(Collected data entries)
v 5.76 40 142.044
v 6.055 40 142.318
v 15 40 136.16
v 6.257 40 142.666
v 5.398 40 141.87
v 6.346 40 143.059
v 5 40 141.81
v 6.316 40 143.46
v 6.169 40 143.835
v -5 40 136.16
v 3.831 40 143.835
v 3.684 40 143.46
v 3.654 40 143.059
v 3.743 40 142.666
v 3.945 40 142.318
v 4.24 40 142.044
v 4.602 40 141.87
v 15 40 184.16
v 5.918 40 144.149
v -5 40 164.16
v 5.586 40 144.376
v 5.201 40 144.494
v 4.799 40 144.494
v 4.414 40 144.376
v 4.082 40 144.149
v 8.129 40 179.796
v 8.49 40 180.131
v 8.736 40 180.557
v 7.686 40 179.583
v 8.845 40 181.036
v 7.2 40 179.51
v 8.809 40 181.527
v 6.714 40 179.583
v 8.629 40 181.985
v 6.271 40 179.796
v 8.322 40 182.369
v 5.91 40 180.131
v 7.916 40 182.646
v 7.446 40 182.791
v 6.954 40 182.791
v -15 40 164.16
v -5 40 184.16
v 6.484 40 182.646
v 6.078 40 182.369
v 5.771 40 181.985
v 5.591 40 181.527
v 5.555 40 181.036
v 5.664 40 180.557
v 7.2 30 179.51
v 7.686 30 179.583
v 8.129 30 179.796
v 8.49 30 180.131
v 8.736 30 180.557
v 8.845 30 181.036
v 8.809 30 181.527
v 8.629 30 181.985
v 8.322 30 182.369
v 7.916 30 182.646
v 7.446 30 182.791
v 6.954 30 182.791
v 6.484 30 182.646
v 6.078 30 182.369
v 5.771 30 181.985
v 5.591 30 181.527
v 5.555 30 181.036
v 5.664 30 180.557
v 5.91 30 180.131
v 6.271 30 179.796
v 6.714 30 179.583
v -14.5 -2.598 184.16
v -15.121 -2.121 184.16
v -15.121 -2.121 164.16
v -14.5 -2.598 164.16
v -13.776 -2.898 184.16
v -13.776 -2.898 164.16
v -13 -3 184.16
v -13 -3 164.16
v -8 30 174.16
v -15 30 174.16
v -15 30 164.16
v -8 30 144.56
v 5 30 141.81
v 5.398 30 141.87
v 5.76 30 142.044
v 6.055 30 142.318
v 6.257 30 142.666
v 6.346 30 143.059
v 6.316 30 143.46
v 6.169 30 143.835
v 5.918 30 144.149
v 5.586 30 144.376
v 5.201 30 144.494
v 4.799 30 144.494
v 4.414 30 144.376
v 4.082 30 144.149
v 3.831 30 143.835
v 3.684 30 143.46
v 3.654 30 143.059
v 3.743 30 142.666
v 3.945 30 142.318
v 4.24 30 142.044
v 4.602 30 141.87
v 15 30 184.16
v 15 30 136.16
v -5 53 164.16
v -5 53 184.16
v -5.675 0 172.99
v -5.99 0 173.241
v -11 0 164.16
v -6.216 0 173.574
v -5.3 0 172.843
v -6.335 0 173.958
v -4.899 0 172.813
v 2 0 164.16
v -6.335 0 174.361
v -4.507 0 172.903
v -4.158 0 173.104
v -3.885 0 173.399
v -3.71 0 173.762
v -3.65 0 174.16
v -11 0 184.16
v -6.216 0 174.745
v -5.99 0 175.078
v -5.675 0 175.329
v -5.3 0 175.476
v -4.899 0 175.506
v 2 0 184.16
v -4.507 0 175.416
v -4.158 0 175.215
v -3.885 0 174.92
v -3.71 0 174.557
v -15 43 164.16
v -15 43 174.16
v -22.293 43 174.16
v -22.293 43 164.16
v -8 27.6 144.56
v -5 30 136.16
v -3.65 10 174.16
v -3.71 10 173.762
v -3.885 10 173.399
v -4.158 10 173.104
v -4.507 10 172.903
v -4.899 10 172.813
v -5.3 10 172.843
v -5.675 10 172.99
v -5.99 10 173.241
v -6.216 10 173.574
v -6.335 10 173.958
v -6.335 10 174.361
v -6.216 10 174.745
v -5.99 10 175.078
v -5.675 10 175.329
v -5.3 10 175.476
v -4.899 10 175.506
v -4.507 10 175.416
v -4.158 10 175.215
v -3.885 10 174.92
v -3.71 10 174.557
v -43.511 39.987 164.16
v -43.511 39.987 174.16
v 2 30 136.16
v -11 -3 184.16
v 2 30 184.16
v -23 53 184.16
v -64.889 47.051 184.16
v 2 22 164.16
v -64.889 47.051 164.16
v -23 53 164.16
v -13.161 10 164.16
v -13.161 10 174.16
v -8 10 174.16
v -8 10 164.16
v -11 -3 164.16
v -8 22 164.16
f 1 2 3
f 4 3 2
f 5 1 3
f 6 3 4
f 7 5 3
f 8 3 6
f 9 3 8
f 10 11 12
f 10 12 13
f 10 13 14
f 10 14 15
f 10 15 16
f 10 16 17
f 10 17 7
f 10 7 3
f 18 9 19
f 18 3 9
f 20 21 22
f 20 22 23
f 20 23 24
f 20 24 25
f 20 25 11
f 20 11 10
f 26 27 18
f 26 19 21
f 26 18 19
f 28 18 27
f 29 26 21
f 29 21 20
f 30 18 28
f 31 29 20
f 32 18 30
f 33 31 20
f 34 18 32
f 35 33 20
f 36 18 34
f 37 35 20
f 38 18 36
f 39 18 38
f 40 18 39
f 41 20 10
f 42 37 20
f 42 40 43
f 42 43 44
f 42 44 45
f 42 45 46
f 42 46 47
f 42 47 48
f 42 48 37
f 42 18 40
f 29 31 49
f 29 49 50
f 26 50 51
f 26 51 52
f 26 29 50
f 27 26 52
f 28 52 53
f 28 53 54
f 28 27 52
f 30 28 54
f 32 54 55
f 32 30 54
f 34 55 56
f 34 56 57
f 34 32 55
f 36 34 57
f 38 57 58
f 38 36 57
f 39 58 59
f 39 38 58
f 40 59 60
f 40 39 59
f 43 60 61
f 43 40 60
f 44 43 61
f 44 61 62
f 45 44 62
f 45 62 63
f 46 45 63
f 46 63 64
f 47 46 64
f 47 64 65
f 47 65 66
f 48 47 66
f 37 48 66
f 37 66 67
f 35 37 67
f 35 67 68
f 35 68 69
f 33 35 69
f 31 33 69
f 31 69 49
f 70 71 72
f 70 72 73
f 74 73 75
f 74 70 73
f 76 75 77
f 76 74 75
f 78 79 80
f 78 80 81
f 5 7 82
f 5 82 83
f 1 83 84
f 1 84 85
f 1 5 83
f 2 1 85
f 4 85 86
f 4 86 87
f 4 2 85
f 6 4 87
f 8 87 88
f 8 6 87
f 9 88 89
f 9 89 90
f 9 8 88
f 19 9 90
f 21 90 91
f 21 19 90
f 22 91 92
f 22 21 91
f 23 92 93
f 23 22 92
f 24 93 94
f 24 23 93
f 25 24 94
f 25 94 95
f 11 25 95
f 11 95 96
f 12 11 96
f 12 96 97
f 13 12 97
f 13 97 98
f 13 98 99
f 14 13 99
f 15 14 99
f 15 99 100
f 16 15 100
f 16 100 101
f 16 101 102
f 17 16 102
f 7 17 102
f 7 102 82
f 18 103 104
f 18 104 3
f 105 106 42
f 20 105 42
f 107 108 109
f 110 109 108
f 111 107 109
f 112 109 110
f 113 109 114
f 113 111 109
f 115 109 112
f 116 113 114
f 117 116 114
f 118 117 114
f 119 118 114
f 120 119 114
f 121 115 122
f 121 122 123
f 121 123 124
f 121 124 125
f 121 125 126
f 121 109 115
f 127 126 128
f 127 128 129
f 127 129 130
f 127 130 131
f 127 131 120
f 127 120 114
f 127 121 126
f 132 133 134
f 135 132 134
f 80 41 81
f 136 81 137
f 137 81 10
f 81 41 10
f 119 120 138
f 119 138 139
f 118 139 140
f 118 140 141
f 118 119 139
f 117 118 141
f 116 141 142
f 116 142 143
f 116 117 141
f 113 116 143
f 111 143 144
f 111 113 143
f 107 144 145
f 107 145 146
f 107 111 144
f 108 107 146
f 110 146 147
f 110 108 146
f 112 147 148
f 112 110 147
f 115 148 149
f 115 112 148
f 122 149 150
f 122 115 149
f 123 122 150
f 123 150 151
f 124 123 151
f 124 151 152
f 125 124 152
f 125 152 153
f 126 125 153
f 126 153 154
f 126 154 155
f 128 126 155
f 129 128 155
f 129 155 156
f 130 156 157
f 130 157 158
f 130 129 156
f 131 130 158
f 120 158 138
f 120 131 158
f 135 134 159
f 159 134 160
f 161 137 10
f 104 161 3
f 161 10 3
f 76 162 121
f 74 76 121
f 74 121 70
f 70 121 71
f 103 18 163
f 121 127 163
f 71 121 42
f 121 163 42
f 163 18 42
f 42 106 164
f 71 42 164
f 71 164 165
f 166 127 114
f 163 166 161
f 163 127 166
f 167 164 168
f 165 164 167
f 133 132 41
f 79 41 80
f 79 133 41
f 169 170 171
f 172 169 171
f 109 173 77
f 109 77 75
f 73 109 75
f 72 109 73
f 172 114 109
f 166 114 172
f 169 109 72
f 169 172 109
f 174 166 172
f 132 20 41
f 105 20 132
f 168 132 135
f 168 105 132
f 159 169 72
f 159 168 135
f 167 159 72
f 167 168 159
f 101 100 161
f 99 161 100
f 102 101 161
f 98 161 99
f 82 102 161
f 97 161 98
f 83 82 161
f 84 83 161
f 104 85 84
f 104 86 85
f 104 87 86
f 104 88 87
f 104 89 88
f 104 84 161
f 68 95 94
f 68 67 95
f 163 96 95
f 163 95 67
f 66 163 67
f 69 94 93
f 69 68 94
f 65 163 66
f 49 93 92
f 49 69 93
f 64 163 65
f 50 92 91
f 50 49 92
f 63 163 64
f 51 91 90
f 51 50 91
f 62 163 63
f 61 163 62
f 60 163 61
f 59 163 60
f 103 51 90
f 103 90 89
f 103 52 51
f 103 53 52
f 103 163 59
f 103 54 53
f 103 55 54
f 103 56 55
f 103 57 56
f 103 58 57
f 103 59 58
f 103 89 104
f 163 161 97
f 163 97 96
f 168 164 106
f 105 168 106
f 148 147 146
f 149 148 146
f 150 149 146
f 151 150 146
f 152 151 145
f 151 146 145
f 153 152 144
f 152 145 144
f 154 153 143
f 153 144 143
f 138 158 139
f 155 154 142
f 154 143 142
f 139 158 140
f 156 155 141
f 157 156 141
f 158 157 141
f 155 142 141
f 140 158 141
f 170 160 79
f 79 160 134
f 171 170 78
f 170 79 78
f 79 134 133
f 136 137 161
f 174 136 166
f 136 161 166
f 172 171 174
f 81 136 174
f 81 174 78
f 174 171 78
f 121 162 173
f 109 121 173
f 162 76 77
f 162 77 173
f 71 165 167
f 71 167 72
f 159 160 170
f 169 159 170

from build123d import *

# Parameters (mm, degrees)
EXTRUDE_1_DEPTH       = 172
SHELL_START           = 6
SHELL_1_DEPTH         = 160
SKETCH_2_W            = 36
SKETCH_2_H            = 16
CUT_EXTRUDE_1_DEPTH   = 74
EXTRUDE_2_DEPTH       = 2
SKETCH_4_R            = 10
CUT_EXTRUDE_2_DEPTH   = 186
SKETCH_5_R            = 1.5
CUT_EXTRUDE_3_DEPTH   = 10
EXTRUDE_3_DEPTH       = 172
SKETCH_7_W            = 36
SKETCH_7_H            = 16
CUT_EXTRUDE_4_DEPTH   = 172
SKETCH_8_W            = 6
SKETCH_8_H            = 172
CUT_EXTRUDE_5_DEPTH   = 3
EXTRUDE_4_DEPTH       = 15
CHAMFER_1_SIZE        = 15
CHAMFER_2_SIZE        = 15
CHAMFER_3_SIZE        = 8
SKETCH_10_R           = 1.35
CUT_EXTRUDE_6_DEPTH   = 15
SKETCH_12_R           = 1.35
CUT_EXTRUDE_7_DEPTH   = 15
SKETCH_14_OUTSIDE_W   = 213.548
SKETCH_14_OUTSIDE_H   = 97.548
SKETCH_14_OUTSIDE_W_2 = 15
SKETCH_14_OUTSIDE_H_2 = 56
CUT_EXTRUDE_8_DEPTH   = 82.5
EXTRUDE_5_DEPTH       = 15
CUT_EXTRUDE_9_DEPTH   = 15
SKETCH_17_W           = 13
SKETCH_17_H           = 5
EXTRUDE_6_DEPTH       = 15
EXTRUDE_7_DEPTH       = 20
SHELL_START_2         = 78.159554327
SHELL_2_DEPTH         = 10
EXTRUDE_8_DEPTH       = 28
CUT_EXTRUDE_10_DEPTH  = 20
CUT_EXTRUDE_11_DEPTH  = 20
SKETCH_23_R           = 1.65
SKETCH_23_R_2         = 1.35
CUT_EXTRUDE_12_DEPTH  = 22
SKETCH_26_R           = 1.35
CUT_EXTRUDE_14_DEPTH  = 10
CUT_EXTRUDE_15_DEPTH  = 82.5


# Read off the part's stored shape, not the designer's step: 抽壳1, 抽壳2
with BuildPart() as part:
    # 草图1 → 凸台-拉伸1 (new body)
    with BuildSketch(Plane.XY):
        with BuildLine():
            Line((0, 0), (0, 40))
            Line((0, 40), (-5, 40))
            Line((-5, 40), (-5, 53))
            Line((-5, 53), (-23, 53))
            Line((-23, 53), (-64.888578151, 47.050698608))
            Line((-64.888578151, 47.050698608), (-15.121320344, -2.121320344))
            ThreePointArc((-15.121320344, -2.121320344), (-14.148050297, -2.771638598), (-13, -3))
            Line((-13, -3), (-5, -3))
            Line((-5, -3), (-5, 0))
            Line((-5, 0), (0, 0))
        make_face()
    extrude(amount=EXTRUDE_1_DEPTH)

    # 抽壳1 outline → 抽壳1 (cut)
    with BuildSketch(Plane.XY.offset(SHELL_START)):
        Polygon((-11, 6), (-6, 6), (-6, 34), (-11, 34), (-11, 47), (-22.576046832, 47), (-52.061983815, 42.812206246), (-11.767841448, 3), (-11, 3), align=None)
    extrude(amount=SHELL_1_DEPTH, mode=Mode.SUBTRACT)

    # 草图2 → 切除-拉伸1 (cut)
    with BuildSketch(Plane(origin=(0, 0, 0), x_dir=(0, 0, -1), z_dir=(1, 0, 0))):
        with Locations((-136, 10)):
            Rectangle(SKETCH_2_W, SKETCH_2_H)
        with Locations((-36, 10)):
            Rectangle(SKETCH_2_W, SKETCH_2_H)
    extrude(amount=-CUT_EXTRUDE_1_DEPTH, mode=Mode.SUBTRACT)

    # 草图3 → 凸台-拉伸2 (add, symmetric)
    with BuildSketch(Plane(origin=(0, 0, 86), x_dir=(-1, 0, 0), z_dir=(0, 0, -1))):
        Polygon((5, 53), (5, 40), (0, 40), (0, 0), (5, 0), (5, -3), (13, -3), (16.579355858, -0.680723591), (64.888578151, 47.050698608), (23, 53), align=None)
    extrude(amount=EXTRUDE_2_DEPTH, both=True)

    # 草图4 → 切除-拉伸2 (cut)
    with BuildSketch(Plane.XY.offset(172)):
        with Locations((-15, 21.071297481)):
            Circle(SKETCH_4_R)
    extrude(amount=-CUT_EXTRUDE_2_DEPTH, mode=Mode.SUBTRACT)

    # 草图5 → 切除-拉伸3 (cut)
    with BuildSketch(Plane(origin=(0, 53, 0), x_dir=(1, 0, 0), z_dir=(0, 1, 0))):
        with Locations(Location((-13.338195438, -63.5, 0), (0, 0, 270))):
            Circle(SKETCH_5_R)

The task:
Of the entries above, repeat exactly the lines between the line with "v -5 40 164.16" and the line with "v 5.591 30 181.527", inclusive, and no others.

Your response:
v -5 40 164.16
v 5.586 40 144.376
v 5.201 40 144.494
v 4.799 40 144.494
v 4.414 40 144.376
v 4.082 40 144.149
v 8.129 40 179.796
v 8.49 40 180.131
v 8.736 40 180.557
v 7.686 40 179.583
v 8.845 40 181.036
v 7.2 40 179.51
v 8.809 40 181.527
v 6.714 40 179.583
v 8.629 40 181.985
v 6.271 40 179.796
v 8.322 40 182.369
v 5.91 40 180.131
v 7.916 40 182.646
v 7.446 40 182.791
v 6.954 40 182.791
v -15 40 164.16
v -5 40 184.16
v 6.484 40 182.646
v 6.078 40 182.369
v 5.771 40 181.985
v 5.591 40 181.527
v 5.555 40 181.036
v 5.664 40 180.557
v 7.2 30 179.51
v 7.686 30 179.583
v 8.129 30 179.796
v 8.49 30 180.131
v 8.736 30 180.557
v 8.845 30 181.036
v 8.809 30 181.527
v 8.629 30 181.985
v 8.322 30 182.369
v 7.916 30 182.646
v 7.446 30 182.791
v 6.954 30 182.791
v 6.484 30 182.646
v 6.078 30 182.369
v 5.771 30 181.985
v 5.591 30 181.527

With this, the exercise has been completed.